Inference is best run in server mode (it also supports a native Python interface; though see why we recommend Docker). You interact with it via a REST API (most often through the Python SDK) or a web browser (for example, the Roboflow Platform's UI optionally provides a frontend for interfacing with a locally hosted Inference Server).

It orchestrates getting predictions through a model (or series of models) and processing the results. Inference automatically does multithreading to parallelize workloads and efficiently utilize the available GPU and CPU cores. It also dynamically adapts to variable processing rates when consuming video streams to ensure its host machine is not overloaded.

Inference talks to services in the cloud to retrieve model weights and Workflow definitions and keeps track of model results for later evaluation, but all of the computation is done locally which means it can run offline.

One Inference Server can handle multiple clients and streams.

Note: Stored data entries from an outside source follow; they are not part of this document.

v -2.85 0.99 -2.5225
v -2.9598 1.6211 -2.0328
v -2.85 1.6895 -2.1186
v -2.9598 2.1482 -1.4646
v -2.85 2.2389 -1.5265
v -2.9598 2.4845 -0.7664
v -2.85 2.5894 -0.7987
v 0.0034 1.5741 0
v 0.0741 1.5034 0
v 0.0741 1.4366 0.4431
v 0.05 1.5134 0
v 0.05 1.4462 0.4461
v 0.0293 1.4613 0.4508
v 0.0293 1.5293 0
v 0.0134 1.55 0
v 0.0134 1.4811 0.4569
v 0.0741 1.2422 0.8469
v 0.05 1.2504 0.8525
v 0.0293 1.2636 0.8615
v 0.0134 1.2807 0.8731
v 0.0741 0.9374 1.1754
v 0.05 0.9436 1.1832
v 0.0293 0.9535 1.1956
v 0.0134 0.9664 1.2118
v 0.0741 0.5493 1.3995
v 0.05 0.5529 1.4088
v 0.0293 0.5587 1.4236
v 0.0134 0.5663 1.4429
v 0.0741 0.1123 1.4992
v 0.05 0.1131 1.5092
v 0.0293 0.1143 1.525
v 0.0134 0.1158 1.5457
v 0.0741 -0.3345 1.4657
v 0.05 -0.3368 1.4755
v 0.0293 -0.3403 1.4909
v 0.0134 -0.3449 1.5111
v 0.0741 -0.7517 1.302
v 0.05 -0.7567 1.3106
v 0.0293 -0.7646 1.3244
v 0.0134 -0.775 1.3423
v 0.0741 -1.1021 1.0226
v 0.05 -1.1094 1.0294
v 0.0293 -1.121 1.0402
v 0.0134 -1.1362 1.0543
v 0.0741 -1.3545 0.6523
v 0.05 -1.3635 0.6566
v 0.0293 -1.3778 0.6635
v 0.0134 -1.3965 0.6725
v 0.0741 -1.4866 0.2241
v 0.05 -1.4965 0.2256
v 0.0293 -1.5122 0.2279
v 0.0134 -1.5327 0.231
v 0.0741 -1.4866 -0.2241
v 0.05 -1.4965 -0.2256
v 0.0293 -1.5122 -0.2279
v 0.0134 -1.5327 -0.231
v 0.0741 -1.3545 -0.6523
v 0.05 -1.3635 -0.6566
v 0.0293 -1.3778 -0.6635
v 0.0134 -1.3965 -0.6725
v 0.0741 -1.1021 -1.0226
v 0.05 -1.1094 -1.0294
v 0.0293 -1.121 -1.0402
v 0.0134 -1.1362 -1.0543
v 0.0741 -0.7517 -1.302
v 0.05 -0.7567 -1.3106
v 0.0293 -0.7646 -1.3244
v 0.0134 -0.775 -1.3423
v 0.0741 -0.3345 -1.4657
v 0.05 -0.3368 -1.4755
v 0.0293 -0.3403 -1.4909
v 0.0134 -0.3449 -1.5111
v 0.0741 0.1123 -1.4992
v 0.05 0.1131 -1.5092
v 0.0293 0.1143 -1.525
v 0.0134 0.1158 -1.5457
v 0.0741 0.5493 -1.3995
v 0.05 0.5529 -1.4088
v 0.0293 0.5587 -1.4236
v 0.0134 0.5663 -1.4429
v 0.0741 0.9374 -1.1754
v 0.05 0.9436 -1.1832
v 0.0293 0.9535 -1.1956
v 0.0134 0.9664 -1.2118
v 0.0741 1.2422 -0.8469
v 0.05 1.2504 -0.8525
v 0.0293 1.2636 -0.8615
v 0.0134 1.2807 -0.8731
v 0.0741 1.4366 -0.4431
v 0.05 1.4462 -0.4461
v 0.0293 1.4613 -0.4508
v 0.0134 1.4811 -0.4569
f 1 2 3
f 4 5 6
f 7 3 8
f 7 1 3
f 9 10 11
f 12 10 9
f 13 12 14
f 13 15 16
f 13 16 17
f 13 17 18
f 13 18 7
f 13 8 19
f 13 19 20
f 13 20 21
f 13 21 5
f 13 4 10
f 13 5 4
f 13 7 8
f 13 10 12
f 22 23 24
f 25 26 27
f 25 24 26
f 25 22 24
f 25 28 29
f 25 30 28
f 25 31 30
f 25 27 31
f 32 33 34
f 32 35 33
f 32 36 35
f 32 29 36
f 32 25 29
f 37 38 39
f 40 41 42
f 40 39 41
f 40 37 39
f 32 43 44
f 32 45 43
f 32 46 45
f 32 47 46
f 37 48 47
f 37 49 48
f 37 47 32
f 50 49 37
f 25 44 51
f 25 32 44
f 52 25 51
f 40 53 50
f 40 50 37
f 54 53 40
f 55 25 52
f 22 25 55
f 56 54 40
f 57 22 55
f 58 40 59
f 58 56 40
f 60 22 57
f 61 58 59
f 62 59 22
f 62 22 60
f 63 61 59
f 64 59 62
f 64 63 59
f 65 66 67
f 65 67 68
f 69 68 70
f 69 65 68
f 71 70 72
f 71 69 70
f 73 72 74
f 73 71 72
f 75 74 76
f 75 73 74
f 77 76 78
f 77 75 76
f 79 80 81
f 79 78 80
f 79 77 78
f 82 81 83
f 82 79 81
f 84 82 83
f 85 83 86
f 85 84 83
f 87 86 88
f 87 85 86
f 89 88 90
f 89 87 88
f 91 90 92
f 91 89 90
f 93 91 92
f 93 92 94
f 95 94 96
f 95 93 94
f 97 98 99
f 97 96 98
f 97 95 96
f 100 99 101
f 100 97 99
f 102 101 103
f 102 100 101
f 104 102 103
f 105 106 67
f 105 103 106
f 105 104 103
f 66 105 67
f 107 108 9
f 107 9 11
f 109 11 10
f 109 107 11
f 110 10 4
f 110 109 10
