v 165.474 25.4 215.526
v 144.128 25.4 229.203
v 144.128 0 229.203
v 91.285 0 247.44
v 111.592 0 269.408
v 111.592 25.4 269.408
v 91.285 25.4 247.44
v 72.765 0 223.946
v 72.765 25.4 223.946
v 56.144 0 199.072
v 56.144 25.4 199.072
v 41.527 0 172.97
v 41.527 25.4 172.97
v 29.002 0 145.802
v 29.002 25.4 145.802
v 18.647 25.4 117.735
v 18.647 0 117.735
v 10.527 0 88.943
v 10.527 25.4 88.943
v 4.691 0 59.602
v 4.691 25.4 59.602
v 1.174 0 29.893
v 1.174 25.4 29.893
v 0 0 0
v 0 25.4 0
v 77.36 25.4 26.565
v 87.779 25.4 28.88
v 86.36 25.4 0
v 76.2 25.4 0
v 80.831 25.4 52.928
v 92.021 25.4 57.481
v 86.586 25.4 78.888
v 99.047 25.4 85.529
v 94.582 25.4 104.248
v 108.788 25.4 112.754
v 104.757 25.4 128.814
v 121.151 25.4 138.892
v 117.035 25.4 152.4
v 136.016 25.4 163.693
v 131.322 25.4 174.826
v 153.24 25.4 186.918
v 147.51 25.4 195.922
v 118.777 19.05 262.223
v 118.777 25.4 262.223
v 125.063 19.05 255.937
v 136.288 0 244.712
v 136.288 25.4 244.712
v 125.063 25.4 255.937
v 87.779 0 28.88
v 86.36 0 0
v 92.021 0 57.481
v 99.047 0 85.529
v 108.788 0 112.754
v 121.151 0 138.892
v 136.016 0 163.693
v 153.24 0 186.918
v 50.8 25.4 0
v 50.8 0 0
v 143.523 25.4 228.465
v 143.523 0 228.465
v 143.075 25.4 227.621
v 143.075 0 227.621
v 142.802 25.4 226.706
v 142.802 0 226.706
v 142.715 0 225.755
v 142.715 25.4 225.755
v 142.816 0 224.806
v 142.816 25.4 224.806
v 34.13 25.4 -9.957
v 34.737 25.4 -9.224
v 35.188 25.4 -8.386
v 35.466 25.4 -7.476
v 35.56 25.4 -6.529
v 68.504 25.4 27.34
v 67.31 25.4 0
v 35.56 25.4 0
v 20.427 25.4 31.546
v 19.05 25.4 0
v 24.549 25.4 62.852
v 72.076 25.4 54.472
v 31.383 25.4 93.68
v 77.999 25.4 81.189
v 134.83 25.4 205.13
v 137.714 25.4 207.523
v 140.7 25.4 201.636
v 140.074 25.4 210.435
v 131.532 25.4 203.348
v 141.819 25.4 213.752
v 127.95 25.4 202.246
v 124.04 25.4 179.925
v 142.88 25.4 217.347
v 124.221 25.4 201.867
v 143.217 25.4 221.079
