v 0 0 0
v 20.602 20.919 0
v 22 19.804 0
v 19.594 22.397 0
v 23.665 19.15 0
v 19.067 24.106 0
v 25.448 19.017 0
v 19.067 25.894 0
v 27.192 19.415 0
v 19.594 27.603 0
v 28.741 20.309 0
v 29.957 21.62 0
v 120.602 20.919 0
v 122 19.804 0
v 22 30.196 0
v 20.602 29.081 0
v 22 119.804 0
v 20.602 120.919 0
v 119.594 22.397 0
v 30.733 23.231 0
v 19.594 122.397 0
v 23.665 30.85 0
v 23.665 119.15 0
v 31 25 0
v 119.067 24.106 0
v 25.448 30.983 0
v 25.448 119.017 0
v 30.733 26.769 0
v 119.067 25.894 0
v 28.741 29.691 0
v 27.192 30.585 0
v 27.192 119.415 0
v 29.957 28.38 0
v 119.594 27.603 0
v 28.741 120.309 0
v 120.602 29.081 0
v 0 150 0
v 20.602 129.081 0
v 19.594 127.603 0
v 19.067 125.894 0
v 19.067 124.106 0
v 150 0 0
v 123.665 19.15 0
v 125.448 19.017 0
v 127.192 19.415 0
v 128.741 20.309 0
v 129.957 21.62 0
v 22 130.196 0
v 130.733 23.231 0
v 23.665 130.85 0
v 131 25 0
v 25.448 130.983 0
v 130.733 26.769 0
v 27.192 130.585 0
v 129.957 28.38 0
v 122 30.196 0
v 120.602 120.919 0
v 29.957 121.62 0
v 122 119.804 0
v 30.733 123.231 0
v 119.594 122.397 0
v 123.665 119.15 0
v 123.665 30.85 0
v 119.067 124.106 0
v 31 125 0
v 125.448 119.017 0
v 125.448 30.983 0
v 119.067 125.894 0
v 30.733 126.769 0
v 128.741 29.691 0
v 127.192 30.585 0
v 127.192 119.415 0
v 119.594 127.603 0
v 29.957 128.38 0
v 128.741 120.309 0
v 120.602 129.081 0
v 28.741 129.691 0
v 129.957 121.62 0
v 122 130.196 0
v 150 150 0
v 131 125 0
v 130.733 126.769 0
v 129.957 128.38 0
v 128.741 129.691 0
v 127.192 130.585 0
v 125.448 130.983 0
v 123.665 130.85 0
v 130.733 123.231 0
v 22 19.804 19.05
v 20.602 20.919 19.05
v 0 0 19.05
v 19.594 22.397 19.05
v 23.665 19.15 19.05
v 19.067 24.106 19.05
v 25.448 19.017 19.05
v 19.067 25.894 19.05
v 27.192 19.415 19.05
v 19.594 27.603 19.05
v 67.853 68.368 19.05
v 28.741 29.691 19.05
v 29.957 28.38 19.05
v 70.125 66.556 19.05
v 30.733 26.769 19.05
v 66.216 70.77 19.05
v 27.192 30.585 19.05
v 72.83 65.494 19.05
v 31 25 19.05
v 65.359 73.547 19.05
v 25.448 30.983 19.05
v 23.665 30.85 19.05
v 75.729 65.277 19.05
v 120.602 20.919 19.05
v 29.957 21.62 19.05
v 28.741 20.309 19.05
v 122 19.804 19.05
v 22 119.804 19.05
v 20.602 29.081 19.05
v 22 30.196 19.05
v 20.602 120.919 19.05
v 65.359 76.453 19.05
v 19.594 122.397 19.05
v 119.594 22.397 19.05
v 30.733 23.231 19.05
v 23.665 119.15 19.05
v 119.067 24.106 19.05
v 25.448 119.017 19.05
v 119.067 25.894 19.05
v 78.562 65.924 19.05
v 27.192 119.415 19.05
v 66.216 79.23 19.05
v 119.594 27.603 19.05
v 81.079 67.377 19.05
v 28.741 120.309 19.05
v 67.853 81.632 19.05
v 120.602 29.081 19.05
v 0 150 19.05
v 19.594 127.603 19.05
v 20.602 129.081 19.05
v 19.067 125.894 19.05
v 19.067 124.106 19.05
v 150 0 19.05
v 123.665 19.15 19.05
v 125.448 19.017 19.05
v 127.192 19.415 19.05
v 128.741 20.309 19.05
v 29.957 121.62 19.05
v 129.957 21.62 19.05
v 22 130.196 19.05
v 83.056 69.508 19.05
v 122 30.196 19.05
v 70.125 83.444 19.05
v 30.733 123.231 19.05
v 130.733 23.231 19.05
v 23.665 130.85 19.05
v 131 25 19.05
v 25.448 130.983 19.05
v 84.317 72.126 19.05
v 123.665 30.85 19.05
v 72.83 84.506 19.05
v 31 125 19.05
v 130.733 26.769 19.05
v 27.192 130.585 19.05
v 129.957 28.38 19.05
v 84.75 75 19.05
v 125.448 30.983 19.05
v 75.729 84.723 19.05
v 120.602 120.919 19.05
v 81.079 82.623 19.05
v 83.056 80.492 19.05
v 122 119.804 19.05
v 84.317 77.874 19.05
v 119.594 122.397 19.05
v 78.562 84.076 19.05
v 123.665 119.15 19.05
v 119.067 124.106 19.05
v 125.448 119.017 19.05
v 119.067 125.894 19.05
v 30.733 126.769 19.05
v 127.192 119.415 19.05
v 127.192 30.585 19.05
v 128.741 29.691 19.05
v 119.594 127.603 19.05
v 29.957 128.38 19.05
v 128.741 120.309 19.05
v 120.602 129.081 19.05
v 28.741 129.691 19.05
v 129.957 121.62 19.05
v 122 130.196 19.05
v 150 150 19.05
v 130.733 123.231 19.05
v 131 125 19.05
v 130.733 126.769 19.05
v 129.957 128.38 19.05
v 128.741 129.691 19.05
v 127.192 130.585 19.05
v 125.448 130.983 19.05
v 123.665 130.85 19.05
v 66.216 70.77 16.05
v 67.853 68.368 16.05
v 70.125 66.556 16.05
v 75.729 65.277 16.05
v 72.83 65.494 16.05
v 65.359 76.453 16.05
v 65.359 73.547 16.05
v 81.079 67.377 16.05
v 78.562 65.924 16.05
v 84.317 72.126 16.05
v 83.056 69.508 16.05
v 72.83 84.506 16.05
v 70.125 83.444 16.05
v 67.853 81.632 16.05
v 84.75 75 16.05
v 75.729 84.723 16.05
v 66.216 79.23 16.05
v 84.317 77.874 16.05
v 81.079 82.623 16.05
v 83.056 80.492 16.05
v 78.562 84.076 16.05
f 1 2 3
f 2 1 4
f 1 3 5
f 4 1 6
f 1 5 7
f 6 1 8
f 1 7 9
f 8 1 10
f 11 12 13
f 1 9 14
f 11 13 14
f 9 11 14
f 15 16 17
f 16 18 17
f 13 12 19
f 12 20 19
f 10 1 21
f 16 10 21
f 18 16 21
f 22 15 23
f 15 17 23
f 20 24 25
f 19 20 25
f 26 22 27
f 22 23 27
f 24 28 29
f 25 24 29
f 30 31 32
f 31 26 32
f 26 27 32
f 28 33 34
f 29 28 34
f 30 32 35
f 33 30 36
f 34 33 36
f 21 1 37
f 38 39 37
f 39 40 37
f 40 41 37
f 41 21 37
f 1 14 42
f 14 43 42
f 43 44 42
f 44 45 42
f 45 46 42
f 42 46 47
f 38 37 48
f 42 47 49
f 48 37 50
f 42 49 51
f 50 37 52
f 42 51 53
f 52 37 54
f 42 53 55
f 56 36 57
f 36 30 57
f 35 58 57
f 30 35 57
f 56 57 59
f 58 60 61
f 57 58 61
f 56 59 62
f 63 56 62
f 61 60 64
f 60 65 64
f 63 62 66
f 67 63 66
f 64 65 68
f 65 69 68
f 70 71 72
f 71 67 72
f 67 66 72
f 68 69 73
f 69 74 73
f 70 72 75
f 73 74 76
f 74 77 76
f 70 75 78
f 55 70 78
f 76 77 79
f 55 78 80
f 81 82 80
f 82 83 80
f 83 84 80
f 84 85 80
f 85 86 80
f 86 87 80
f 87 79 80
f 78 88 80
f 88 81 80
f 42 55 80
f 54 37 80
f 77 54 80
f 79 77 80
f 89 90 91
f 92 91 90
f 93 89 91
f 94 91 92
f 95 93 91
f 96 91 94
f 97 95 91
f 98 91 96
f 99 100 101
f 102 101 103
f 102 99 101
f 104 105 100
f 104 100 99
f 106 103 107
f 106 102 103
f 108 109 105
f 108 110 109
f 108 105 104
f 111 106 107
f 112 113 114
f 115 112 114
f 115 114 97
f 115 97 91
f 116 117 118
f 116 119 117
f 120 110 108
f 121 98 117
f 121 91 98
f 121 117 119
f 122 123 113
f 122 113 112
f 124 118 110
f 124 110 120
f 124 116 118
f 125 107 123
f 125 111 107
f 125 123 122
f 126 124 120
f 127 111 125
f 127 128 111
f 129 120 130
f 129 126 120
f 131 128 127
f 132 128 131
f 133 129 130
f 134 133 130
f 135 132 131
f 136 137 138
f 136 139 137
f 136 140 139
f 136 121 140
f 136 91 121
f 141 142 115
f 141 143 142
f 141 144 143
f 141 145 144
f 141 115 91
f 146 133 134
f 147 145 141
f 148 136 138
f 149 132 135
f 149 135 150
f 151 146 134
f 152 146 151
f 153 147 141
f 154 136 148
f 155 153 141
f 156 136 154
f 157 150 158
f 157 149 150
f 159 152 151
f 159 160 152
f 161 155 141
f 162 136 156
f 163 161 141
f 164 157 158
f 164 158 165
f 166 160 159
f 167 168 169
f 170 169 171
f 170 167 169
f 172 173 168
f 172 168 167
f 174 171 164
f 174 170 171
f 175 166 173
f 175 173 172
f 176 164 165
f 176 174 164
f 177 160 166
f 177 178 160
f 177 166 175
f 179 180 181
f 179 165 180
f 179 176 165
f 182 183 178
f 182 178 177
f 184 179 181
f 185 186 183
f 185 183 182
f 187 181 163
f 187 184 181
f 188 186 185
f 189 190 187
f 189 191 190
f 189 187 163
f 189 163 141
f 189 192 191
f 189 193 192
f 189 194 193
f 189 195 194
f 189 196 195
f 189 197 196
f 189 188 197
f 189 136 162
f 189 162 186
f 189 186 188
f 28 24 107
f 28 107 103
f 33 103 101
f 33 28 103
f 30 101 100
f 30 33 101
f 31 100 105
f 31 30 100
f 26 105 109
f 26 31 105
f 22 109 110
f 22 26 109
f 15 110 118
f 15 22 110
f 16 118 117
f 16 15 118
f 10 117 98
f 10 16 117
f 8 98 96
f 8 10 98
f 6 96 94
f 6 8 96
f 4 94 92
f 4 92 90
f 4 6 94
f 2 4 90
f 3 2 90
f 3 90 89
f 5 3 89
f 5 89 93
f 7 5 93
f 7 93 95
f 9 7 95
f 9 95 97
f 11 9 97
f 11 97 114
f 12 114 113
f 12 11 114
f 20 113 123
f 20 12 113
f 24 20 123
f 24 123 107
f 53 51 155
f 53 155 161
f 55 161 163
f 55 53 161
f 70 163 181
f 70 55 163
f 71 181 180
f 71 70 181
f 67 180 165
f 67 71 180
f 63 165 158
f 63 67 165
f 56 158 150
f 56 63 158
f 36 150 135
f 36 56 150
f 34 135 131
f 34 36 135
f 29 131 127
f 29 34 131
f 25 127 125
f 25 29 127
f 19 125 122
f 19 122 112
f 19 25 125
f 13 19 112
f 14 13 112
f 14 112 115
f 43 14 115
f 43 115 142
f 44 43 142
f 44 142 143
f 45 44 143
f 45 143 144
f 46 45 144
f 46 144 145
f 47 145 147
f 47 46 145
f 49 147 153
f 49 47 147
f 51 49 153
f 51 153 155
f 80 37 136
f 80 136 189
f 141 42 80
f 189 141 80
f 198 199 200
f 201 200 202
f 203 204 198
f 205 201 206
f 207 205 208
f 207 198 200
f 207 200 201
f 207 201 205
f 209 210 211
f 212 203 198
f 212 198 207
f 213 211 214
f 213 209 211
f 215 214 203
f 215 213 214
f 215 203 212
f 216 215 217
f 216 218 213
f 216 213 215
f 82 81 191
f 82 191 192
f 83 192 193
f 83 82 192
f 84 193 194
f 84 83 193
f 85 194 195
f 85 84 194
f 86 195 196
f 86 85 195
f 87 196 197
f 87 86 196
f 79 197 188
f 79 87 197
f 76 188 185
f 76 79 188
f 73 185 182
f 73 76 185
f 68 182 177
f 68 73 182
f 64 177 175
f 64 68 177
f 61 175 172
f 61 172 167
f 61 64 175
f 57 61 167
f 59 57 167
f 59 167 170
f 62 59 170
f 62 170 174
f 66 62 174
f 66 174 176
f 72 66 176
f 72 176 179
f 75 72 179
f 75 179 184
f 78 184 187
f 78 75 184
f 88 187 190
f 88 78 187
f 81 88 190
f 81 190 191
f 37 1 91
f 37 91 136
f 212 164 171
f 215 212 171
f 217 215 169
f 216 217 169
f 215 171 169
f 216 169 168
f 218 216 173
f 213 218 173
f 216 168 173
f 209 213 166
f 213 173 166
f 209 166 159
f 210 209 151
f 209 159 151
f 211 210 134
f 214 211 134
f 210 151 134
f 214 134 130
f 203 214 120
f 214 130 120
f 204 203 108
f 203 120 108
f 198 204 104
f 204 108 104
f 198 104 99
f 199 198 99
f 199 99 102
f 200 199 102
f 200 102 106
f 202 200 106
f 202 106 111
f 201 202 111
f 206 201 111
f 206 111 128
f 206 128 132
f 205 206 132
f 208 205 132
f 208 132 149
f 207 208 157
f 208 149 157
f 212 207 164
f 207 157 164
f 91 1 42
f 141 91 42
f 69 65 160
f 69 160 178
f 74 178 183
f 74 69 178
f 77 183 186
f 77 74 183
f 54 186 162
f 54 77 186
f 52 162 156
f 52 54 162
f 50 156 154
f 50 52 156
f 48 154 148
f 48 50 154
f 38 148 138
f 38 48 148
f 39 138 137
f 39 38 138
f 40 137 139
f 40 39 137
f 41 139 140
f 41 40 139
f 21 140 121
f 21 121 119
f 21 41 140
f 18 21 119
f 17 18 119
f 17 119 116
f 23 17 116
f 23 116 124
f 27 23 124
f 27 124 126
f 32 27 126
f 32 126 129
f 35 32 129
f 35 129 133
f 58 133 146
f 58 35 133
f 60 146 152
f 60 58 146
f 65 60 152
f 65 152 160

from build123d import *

# Parameters (mm, degrees)
F0_W     = 150
F0_H     = 150
F0_R     = 6
F1_DEPTH = 19.05
F2_R     = 9.75
F3_DEPTH = 3


with BuildPart() as f1:
    # F0 (on Top) → F1 (new body)
    with BuildSketch(Plane.XY):
        with Locations((75, 75)):
            Rectangle(F0_W, F0_H)
        with Locations((25, 25)):
            Circle(F0_R, mode=Mode.SUBTRACT)
        with Locations((125, 25)):
            Circle(F0_R, mode=Mode.SUBTRACT)
        with Locations((25, 125)):
            Circle(F0_R, mode=Mode.SUBTRACT)
        with Locations((125, 125)):
            Circle(F0_R, mode=Mode.SUBTRACT)
    extrude(amount=F1_DEPTH)

    # F2 (on face) → F3 (cut)
    with BuildSketch(Plane.XY.offset(19.05)):
        with Locations((75, 75)):
            Circle(F2_R)
    extrude(amount=-F3_DEPTH, mode=Mode.SUBTRACT)


solid = f1.part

Inference as a Microservice

The most common way to use Inference is as a small part of a larger system. It's producing a response that is consumed by downstream code. This response sometimes represents the prediction from a model (for example, a set of Detections containing objects' categorization, location, and size in an image) but it could also represent the result of post-processing logic (like the pass/fail state of an inspection), an aggregation (like the count of unique objects seen over the past hour), or a visualization.

For image workloads, the input is passed in as a parameter and the response is returned synchronously.

Inference as a Microservice

In the case of video streams, a visual agent (called an InferencePipeline) is started and runs in a loop until terminated. Responses are polled or subscribed to by the client application for display or processing.

InferencePipeline Video Streaming

Example microservice use-cases:

  • Tagging of user-uploaded images to a website
  • Determining if a machine is setup correctly before allowing it to turn on
  • Blurring faces in a video
  • Detecting mismatched wiring in a finished circuit board
  • Inspecting a manufactured good to ensure it matches the spec
  • Validating that an object is defect and blemish free
  • Counting the number of pills in an image

Inference as an Appliance

Inference can also be treated as an autonomous agent that continuously consumes and processes a video stream and performs downstream actions (like updating a database, sending notifications, firing webhooks, or signaling hardware). In this paradigm, the full logic of the system is defined in a Workflow and the output is pushed to external systems.

Inference as an Appliance

Example appliance use-cases:

  • Stopping a conveyor belt if a jam has occurred
  • Collecting highway traffic analytics
  • Flagging suspicious activity in a security camera feed
  • Updating an inventory system as vehicles enter or leave a yard
  • Sounding an alarm when a scrap heap overflows
  • Cataloguing retail customers' wait time over the course of a day

Why Docker

We highly recommend using our Docker container to interface with Inference. Machine learning dependencies are sensitive to minor changes to their environment; if they are not isolated into a deterministic environment, your system is likely to break when you update your operating system or drivers, update the dependencies of your application code, apply security patches, or setup a new machine. We ensure that library versions are compatible with each other, packages are compiled to take advantage of the GPU, and security patches are applied.

Additionally, using Docker gives you portability. You can decide later to serve multiple clients from a single large server or to upgrade from a CPU to a GPU without having to refactor your application code.